I've created a simple test case for the issue (http://rpm.netlabs.org/test/tmrtest2.zip) and reopened the respective Mantis ticket: https://mantis.arcanoae.com/view.php?id=1702#c20125. It explodes the bug almost immediately here, here is the typical output:

D:>TmrTest2.exe
DosTmrQueryFreq: ulTmrFreq=1193167 ticks/sec
Press ESC to exit
TID 4: ALERT: previous time 0x488414FFFE > current time 0x48841403F4 by 0xFC0A ticks (54076 us)
TID 6: ALERT: previous time 0x488418FCAB > current time 0x4884180001 by 0xFCAA ticks (54210 us)
TID 5: ALERT: previous time 0x48846AFFFE > current time 0x48846A033E by 0xFCC0 ticks (54228 us)
TID 5: ALERT: previous time 0x48848DFFFD > current time 0x48848D0166 by 0xFE97 ticks (54623 us)
TID 6: ALERT: previous time 0x4884BDFFFF > current time 0x4884BD057E by 0xFA81 ticks (53746 us)
TID 6: ALERT: previous time 0x4884CBFFFE > current time 0x4884CB04E8 by 0xFB16 ticks (53871 us)
TID 6: ALERT: previous time 0x488533FCBF > current time 0x4885330002 by 0xFCBD ticks (54226 us)
TID 3: ALERT: previous time 0x48857EFEE9 > current time 0x48857E0002 by 0xFEE7 ticks (54690 us)
TID 2: ALERT: previous time 0x4885CBFF17 > current time 0x4885CB0002 by 0xFF15 ticks (54729 us)

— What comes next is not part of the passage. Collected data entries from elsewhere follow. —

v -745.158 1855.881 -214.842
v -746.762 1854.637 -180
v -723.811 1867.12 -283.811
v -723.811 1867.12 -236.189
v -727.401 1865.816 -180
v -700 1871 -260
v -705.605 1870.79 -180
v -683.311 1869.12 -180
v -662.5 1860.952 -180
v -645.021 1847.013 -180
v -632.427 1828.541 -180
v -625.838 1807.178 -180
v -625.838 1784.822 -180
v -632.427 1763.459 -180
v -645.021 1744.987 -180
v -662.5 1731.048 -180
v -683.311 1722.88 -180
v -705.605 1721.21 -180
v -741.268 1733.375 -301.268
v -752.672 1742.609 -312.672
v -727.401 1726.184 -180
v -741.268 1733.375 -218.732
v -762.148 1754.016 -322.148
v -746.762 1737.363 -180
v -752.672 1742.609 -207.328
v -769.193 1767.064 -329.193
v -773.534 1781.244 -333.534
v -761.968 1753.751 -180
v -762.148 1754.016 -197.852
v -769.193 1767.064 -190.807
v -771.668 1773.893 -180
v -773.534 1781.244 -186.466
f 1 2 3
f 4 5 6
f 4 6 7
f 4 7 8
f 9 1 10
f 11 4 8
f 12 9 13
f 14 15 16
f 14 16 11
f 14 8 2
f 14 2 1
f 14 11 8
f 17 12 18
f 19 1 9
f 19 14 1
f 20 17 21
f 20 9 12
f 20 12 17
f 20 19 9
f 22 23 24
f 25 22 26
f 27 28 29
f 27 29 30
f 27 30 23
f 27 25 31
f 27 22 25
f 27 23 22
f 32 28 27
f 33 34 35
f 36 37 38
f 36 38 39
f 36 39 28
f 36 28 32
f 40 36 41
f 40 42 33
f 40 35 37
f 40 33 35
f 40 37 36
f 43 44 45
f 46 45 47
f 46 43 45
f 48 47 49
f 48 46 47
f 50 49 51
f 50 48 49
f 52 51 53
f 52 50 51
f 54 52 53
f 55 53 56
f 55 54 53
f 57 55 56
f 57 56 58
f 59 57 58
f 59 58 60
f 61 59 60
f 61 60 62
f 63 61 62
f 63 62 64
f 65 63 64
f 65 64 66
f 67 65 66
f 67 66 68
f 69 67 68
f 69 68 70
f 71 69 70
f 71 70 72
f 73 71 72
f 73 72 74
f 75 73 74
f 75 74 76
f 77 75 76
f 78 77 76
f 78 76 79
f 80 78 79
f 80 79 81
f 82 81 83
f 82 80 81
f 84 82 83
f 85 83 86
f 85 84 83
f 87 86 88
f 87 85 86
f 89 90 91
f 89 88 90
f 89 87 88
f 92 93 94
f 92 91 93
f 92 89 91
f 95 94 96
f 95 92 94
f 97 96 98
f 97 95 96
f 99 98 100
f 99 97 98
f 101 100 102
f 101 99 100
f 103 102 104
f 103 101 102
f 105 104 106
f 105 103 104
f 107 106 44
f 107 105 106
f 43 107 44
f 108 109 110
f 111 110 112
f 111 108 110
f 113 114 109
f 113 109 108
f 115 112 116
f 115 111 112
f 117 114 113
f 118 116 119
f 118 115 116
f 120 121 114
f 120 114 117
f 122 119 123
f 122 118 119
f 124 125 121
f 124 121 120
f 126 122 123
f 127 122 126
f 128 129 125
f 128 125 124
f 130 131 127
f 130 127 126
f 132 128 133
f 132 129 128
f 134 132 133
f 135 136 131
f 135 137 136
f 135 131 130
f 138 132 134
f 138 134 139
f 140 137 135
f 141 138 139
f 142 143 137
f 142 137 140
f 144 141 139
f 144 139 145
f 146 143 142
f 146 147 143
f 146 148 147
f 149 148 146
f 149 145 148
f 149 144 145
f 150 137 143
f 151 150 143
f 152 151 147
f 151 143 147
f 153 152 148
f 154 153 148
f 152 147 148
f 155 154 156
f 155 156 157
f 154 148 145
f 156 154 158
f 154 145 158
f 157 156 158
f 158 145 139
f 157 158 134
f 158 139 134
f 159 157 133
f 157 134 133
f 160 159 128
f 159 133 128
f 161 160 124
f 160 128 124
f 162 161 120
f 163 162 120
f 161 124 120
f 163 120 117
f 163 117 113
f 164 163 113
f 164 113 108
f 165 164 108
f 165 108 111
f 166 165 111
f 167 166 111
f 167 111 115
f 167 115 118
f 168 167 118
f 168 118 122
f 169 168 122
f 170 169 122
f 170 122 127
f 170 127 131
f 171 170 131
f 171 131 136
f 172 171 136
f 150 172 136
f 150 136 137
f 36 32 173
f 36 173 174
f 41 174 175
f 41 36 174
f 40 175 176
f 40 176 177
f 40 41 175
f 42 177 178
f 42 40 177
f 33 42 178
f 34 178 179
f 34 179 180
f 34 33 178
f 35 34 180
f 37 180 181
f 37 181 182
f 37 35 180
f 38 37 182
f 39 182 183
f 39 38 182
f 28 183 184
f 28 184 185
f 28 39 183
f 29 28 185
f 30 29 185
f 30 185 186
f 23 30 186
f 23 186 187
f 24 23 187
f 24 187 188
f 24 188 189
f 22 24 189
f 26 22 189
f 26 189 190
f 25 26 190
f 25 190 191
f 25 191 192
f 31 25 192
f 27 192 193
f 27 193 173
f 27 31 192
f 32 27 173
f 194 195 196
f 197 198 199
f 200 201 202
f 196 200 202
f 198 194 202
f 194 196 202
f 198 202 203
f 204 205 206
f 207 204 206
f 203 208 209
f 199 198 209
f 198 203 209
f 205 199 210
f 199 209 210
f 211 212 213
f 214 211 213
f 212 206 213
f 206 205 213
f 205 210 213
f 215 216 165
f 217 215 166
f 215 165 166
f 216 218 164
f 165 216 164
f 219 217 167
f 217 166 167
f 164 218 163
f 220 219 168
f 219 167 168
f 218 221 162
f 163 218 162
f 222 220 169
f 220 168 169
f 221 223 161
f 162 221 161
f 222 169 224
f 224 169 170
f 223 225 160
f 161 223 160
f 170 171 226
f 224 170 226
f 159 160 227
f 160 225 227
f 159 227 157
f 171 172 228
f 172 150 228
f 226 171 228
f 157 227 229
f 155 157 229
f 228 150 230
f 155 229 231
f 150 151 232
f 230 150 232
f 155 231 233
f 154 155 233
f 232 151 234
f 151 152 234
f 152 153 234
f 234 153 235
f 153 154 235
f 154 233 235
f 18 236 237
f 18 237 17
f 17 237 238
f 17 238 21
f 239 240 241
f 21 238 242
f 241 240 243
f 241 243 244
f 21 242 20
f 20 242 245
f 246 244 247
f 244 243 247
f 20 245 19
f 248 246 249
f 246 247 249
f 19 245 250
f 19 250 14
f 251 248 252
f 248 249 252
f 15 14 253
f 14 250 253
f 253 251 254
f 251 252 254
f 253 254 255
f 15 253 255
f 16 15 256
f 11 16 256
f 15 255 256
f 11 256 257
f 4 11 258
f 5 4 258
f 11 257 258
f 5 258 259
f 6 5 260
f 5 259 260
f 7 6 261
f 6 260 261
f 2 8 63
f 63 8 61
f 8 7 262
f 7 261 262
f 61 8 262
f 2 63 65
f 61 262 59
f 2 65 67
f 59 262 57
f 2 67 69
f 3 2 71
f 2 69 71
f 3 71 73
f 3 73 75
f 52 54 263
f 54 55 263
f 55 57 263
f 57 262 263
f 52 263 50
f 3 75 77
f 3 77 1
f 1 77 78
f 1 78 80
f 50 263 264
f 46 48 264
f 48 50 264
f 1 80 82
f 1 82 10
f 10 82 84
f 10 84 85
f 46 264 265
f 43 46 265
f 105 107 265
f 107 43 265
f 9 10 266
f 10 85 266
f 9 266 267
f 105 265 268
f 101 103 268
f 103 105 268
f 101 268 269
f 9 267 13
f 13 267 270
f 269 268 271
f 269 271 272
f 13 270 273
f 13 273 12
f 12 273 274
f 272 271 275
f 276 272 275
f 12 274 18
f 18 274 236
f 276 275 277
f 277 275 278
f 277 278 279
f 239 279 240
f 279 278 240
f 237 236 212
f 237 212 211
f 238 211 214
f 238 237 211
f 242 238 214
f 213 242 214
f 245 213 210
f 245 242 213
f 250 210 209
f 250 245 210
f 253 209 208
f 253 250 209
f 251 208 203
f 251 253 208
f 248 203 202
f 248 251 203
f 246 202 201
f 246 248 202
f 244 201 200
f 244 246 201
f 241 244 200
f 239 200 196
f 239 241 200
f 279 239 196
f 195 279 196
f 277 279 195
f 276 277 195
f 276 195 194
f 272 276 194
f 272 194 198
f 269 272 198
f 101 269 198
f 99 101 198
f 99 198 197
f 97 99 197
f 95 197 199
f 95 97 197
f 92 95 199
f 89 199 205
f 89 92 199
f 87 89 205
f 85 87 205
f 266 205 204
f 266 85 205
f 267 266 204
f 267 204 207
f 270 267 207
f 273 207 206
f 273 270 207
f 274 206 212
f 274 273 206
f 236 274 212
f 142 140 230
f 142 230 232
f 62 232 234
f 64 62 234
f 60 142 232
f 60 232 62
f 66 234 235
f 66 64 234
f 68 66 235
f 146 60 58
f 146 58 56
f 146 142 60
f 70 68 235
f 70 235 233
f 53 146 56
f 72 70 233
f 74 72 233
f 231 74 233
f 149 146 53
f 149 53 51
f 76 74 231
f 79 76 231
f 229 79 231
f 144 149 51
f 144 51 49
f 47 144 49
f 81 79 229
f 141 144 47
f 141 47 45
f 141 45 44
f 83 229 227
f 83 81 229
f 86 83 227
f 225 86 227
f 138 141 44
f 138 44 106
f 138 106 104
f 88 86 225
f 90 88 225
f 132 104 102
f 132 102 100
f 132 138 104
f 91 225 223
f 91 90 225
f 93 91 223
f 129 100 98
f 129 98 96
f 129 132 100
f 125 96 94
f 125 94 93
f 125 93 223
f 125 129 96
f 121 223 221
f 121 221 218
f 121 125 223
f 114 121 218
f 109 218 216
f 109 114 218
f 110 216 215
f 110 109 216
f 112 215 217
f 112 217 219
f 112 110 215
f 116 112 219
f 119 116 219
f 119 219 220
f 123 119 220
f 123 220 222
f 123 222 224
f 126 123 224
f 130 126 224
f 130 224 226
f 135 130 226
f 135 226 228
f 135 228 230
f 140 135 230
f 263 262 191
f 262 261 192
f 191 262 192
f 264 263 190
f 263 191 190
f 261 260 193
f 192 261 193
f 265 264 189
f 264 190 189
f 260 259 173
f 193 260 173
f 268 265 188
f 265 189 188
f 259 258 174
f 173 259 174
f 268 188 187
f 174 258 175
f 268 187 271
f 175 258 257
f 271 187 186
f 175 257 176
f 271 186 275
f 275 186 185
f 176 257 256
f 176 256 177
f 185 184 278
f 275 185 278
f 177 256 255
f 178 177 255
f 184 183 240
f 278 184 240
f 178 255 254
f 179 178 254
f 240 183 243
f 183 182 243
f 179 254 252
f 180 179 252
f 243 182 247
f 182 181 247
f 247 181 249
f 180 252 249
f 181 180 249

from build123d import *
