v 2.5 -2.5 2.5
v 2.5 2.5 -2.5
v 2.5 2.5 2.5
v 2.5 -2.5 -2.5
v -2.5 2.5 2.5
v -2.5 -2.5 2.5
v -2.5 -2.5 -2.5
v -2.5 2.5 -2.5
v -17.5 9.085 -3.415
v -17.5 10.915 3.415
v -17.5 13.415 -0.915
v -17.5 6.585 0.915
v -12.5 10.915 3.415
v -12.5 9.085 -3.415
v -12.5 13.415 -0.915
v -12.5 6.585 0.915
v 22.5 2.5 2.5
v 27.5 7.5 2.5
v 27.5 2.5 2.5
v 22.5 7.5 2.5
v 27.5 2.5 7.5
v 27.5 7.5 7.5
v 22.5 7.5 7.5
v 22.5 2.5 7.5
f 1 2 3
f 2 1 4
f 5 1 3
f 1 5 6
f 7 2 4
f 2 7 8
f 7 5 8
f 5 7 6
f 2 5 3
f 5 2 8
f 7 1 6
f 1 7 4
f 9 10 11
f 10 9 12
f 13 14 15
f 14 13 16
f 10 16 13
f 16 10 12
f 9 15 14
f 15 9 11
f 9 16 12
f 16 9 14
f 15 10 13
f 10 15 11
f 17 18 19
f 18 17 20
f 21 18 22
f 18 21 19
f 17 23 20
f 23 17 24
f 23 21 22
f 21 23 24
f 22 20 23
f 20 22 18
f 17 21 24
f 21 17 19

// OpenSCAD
// file: ../linalg.scad
// ============================================================================
// Minimal Linear Algebra Utilities (for so3, se3, etc.)
// ----------------------------------------------------------------------------
// Provides basic vector and matrix operations needed for transformations.
// - Vector constructors and normalization
// - Identity matrices
// - Rotation/translation parts extraction
// - Transpose and inverse (rigid transform)
// - Hadamard (elementwise) product
// ============================================================================

epsilon = 1e-9;

// --- Vector Constructors ----------------------------------------------------
function vec3(p) = (len(p) < 3) ? concat(p, 0) : p;
function vec4(p) =
  let (v3 = vec3(p)) (len(v3) < 4) ? concat(v3, 1) : v3;

function unit(v) = v / norm(v);

// --- Identity Matrices ------------------------------------------------------
function identity3() =
  [
    [1, 0, 0],
    [0, 1, 0],
    [0, 0, 1],
  ];

function identity4() =
  [
    [1, 0, 0, 0],
    [0, 1, 0, 0],
    [0, 0, 1, 0],
    [0, 0, 0, 1],
  ];

// --- Vector Access Helpers --------------------------------------------------
function take3(v) = [v[0], v[1], v[2]];
function tail3(v) = [v[3], v[4], v[5]];

// --- Matrix Part Extraction -------------------------------------------------
function rotation_part(m) =
  [
    take3(m[0]),
    take3(m[1]),
    take3(m[2]),
  ];

function translation_part(m) = [m[0][3], m[1][3], m[2][3]];

// --- Rotation Metrics -------------------------------------------------------
function rot_trace(m) = m[0][0] + m[1][1] + m[2][2];
function rot_cos_angle(m) = (rot_trace(m) - 1) / 2;

// --- Matrix Transpose -------------------------------------------------------
function transpose_3(m) =
  [
    [m[0][0], m[1][0], m[2][0]],
    [m[0][1], m[1][1], m[2][1]],
    [m[0][2], m[1][2], m[2][2]],
  ];

function transpose_4(m) =
  [
    [m[0][0], m[1][0], m[2][0], m[3][0]],
    [m[0][1], m[1][1], m[2][1], m[3][1]],
    [m[0][2], m[1][2], m[2][2], m[3][2]],
    [m[0][3], m[1][3], m[2][3], m[3][3]],
  ];

// --- Rigid Transform Utilities ---------------------------------------------
function invert_rt(m) =
  let (
    R = transpose_3(rotation_part(m)),
    t = -(R * translation_part(m))
  ) construct_Rt(R, t);

function construct_Rt(R, t) =
  [
    concat(R[0], t[0]),
    concat(R[1], t[1]),
    concat(R[2], t[2]),
    [0, 0, 0, 1],
  ];

// --- Elementwise Operations -------------------------------------------------
// Hadamard product: works recursively on arrays, multiplies scalars directly.
function hadamard(a, b) =
  is_list(a) ? [for (i = [0:1:len(a) - 1]) hadamard(a[i], b[i])] : a * b;
// file: ../so3.scad
// ============================================================================
// SO(3) Utilities (3D Rotation Group)
// ----------------------------------------------------------------------------
// Provides exponential and logarithm maps for SO(3).
// - so3_exp(w): exponential map from axis-angle (deg)
// - so3_ln(m): logarithm map from rotation matrix → axis-angle (deg)
// ----------------------------------------------------------------------------
// Dependencies:
//   - linalg.scad
// ============================================================================

use <linalg.scad>

// --- Rodrigues Formula (core exp) ------------------------------------------

// Build rotation matrix given axis w and coefficients A, B
function rodrigues_so3_exp(w, A, B) =
  [
    [1.0 - B * (w[1] * w[1] + w[2] * w[2]), B * (w[0] * w[1]) - A * w[2], B * (w[0] * w[2]) + A * w[1]],
    [B * (w[0] * w[1]) + A * w[2], 1.0 - B * (w[0] * w[0] + w[2] * w[2]), B * (w[1] * w[2]) - A * w[0]],
    [B * (w[0] * w[2]) - A * w[1], B * (w[1] * w[2]) + A * w[0], 1.0 - B * (w[0] * w[0] + w[1] * w[1])],
  ];

// --- Exponential Map --------------------------------------------------------

// Wrapper: exponential map with input in degrees
function so3_exp(w) = so3_exp_rad(w / 180 * PI);

// Exponential map in radians, uses Taylor expansions for small angles
function so3_exp_rad(w) =
  combine_so3_exp(
    w,
    (w * w < 1e-8) ? so3_exp_1(w * w)
    : (w * w < 1e-6) ? so3_exp_2(w * w)
    : so3_exp_3(w * w)
  );

function combine_so3_exp(w, AB) =
  rodrigues_so3_exp(w, AB[0], AB[1]);

// --- Taylor Expansions (near 0) --------------------------------------------

function so3_exp_1(theta_sq) = [1 - theta_sq / 6, 0.5];

function so3_exp_2(theta_sq) =
  [
    1.0 - theta_sq * (1.0 - theta_sq / 20) / 6,
    0.5 - 0.25 / 6 * theta_sq,
  ];

function so3_exp_3_0(theta_deg, inv_theta) =
  [
    sin(theta_deg) * inv_theta,
    (1 - cos(theta_deg)) * (inv_theta * inv_theta),
  ];

function so3_exp_3(theta_sq) =
  so3_exp_3_0(sqrt(theta_sq) * 180 / PI, 1 / sqrt(theta_sq));

// --- Logarithm Map ----------------------------------------------------------

// Axis part from skew-symmetric difference
function rot_axis_part(m) =
  [m[2][1] - m[1][2], m[0][2] - m[2][0], m[1][0] - m[0][1]] * 0.5;

// Logarithm: returns axis-angle in degrees
function so3_ln(m) = 180 / PI * so3_ln_rad(m);

// Logarithm in radians
function so3_ln_rad(m) =
  so3_ln_0(
    m,
    cos_angle=rot_cos_angle(m),
    preliminary_result=rot_axis_part(m)
  );

function so3_ln_0(m, cos_angle, preliminary_result) =
  so3_ln_1(
    m, cos_angle, preliminary_result,
    sin_angle_abs=sqrt(preliminary_result * preliminary_result)
  );

function so3_ln_1(m, cos_angle, preliminary_result, sin_angle_abs) =
  (cos_angle > sqrt(0.5)) ?
    (
      sin_angle_abs > 0 ?
        preliminary_result * asin(sin_angle_abs) * PI / 180 / sin_angle_abs
      : preliminary_result
    )
  : (cos_angle > -sqrt(0.5)) ?
    preliminary_result * acos(cos_angle) * PI / 180 / sin_angle_abs
  : so3_get_symmetric_part_rotation(
    preliminary_result, m,
    angle=PI - asin(sin_angle_abs) * PI / 180,
    d0=m[0][0] - cos_angle,
    d1=m[1][1] - cos_angle,
    d2=m[2][2] - cos_angle
  );

// --- Symmetric Part Handling (for near-π cases) -----------------------------

function so3_get_symmetric_part_rotation(preliminary_result, m, angle, d0, d1, d2) =
  so3_get_symmetric_part_rotation_0(
    preliminary_result,
    angle,
    so3_largest_column(m, d0, d1, d2)
  );

function so3_get_symmetric_part_rotation_0(preliminary_result, angle, c_max) =
  angle * unit((c_max * preliminary_result < 0) ? -c_max : c_max);

function so3_largest_column(m, d0, d1, d2) =
  (d0 * d0 > d1 * d1 && d0 * d0 > d2 * d2) ?
    [d0, (m[1][0] + m[0][1]) / 2, (m[0][2] + m[2][0]) / 2]
  : (d1 * d1 > d2 * d2) ?
    [(m[1][0] + m[0][1]) / 2, d1, (m[2][1] + m[1][2]) / 2]
  : [(m[0][2] + m[2][0]) / 2, (m[2][1] + m[1][2]) / 2, d2];
// file: ../trajectory.scad
// ============================================================================
// Trajectory Utilities
// ----------------------------------------------------------------------------
// Purpose : Provide a clean way to construct SE(3) “twist” vectors
//           (translation + rotation) from intuitive parameters.
// Features:
//   - Flexible specification of translation (left/right, up/down, fwd/back)
//   - Flexible specification of rotation (pitch, yaw, roll) or direct vector
//   - Helpers for dealing with undef inputs and selection logic
//   - trajectory(...) returns [tx,ty,tz, yaw,pitch,roll] 6D vector
//   - rotationm(...) builds a 3x3 rotation matrix from angles
// ----------------------------------------------------------------------------
// Dependencies: so3.scad
// Author(s): adapted and cleaned up from original scad-utils
// ============================================================================

use <so3.scad>

// --- Helpers ----------------------------------------------------------------

// Return `a` unless it is undef, then use `default`.
function val(a = undef, default = undef) =
  is_undef(a) ? default : a;

// Check if vector/list is fully undef or out-of-bounds (recursively).
function vec_is_undef(x, index_ = 0) =
  index_ >= len(x) ? true
  : is_undef_or_oob(x[index_]) && vec_is_undef(x, index_ + 1);

// Treat scalars, lists, or undef consistently.
function is_undef_or_oob(x) =
  is_undef(x) ? true
  : is_list(x) ? vec_is_undef(x)
  : false;

// Either return a or b (whichever is valid). If both valid → undef.
// If both invalid → default.
function either(a, b, default = undef) =
  is_undef_or_oob(a) ? (is_undef_or_oob(b) ? default : b)
  : is_undef_or_oob(b) ? a
  : undef;

// --- Translation builders ---------------------------------------------------

// Accepts directional keywords (left/right, up/down, forward/backward)
// or an explicit `translation` vector. Returns [x,y,z] or undef.
function translationv(
  left = undef,
  right = undef,
  up = undef,
  down = undef,
  forward = undef,
  backward = undef,
  translation = undef
) =
  translationv_2(
    // X axis points "up" (OpenSCAD’s Z is height, but we’re flexible here)
    x=either(up, is_undef(down) ? down : -down),
    y=either(right, is_undef(left) ? left : -left),
    z=either(forward, is_undef(backward) ? backward : -backward),
    translation=translation
  );

// Internal helper to finalize translation vector.
function translationv_2(x, y, z, translation) =
  (is_undef(x) && is_undef(y) && is_undef(z)) ? translation
  : (is_undef_or_oob(translation) ? [val(x, 0), val(y, 0), val(z, 0)] : undef);

// --- Rotation builders ------------------------------------------------------

// Accepts yaw/pitch/roll angles (deg), or an explicit `rotation` vector.
// Returns [yaw, pitch, roll] vector or undef.
function rotationv(
  pitch = undef,
  yaw = undef,
  roll = undef,
  rotation = undef
) =
  is_undef(rotation) ? [val(yaw, 0), val(pitch, 0), val(roll, 0)]
  : (is_undef(pitch) && is_undef(yaw) && is_undef(roll)) ? rotation
  : undef;

// --- Main API ---------------------------------------------------------------

// trajectory(...) → build a 6D twist vector = [tx,ty,tz, yaw,pitch,roll]
function trajectory(
  left = undef,
  right = undef,
  up = undef,
  down = undef,
  forward = undef,
  backward = undef,
  translation = undef,
  pitch = undef,
  yaw = undef,
  roll = undef,
  rotation = undef
) =
  concat(
    translationv(
      left=left, right=right, up=up, down=down,
      forward=forward, backward=backward,
      translation=translation
    ),
    rotationv(pitch=pitch, yaw=yaw, roll=roll, rotation=rotation)
  );

// rotationm(...) → build 3x3 rotation matrix from angles
function rotationm(rotation = undef, pitch = undef, yaw = undef, roll = undef) =
  so3_exp(rotationv(rotation=rotation, pitch=pitch, yaw=yaw, roll=roll));
// main file
include <../trajectory.scad>
include <../so3.scad>

$fn = 24;

// --- Regression / Echo Tests ------------------------------------------------
echo("Forward 10 =", trajectory(forward=10)); // expect [0,0,10, 0,0,0]
echo("Up 5, Left 3 =", trajectory(up=5, left=3)); // expect [-3,5,0, 0,0,0]
echo("Yaw 45 =", rotationv(yaw=45)); // expect [45,0,0]
echo("Pitch 90 matrix =", rotationm(pitch=90));

// Combined twist
twist1 = trajectory(forward=20, yaw=45);
echo("Combined twist =", twist1);

// --- Visual Demonstrations --------------------------------------------------

// Helper: apply trajectory to a cube
module demo_traj(traj, col = "lightblue") {
  T = concat(take3(traj), [0]); // translation
  R = rotationm(rotation=tail3(traj));
  multmatrix(
    [
      [R[0][0], R[0][1], R[0][2], T[0]],
      [R[1][0], R[1][1], R[1][2], T[1]],
      [R[2][0], R[2][1], R[2][2], T[2]],
      [0, 0, 0, 1],
    ]
  )
    color(col) cube([5, 5, 5], center=true);
}

// Show original then two trajectory examples side by side
translate([0, 0, 0]) demo_traj(trajectory(up=0), "lightblue");
translate([-20, 0, 0]) demo_traj(trajectory(right=10, up=5, yaw=30), "red");
translate([20, 0, 0]) demo_traj(trajectory(translation=[5, 5, 5], rotation=[0, 90, 0]), "green");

And not a single ALERT when no ACPI.PSD or under OS/4 Kernel. Other users confirm the results on several machines.

dmik commented 3 years ago

With the test build of ACPI from David (3.23.15) the problem seems to have gone — no more negative deltas and no more assertions in the debug build. However, I can't say that the timer is very smooth now. This test http://gus.biysk.ru/os4/test/timerTest.html demonstrates the following results in the release build when using the high res timer (via CLOCK_MONOTONIC in libc or directly via DosTmr, does not matter):

This is slightly worse than in Firefox 49 (with the ACPI fix, see the ArcaNoae ticket). My guess is that some timer/JS thread lacks priority boost (I remember changing thread priorities is a no-op on OS/2 ATM). Also might be related to #26.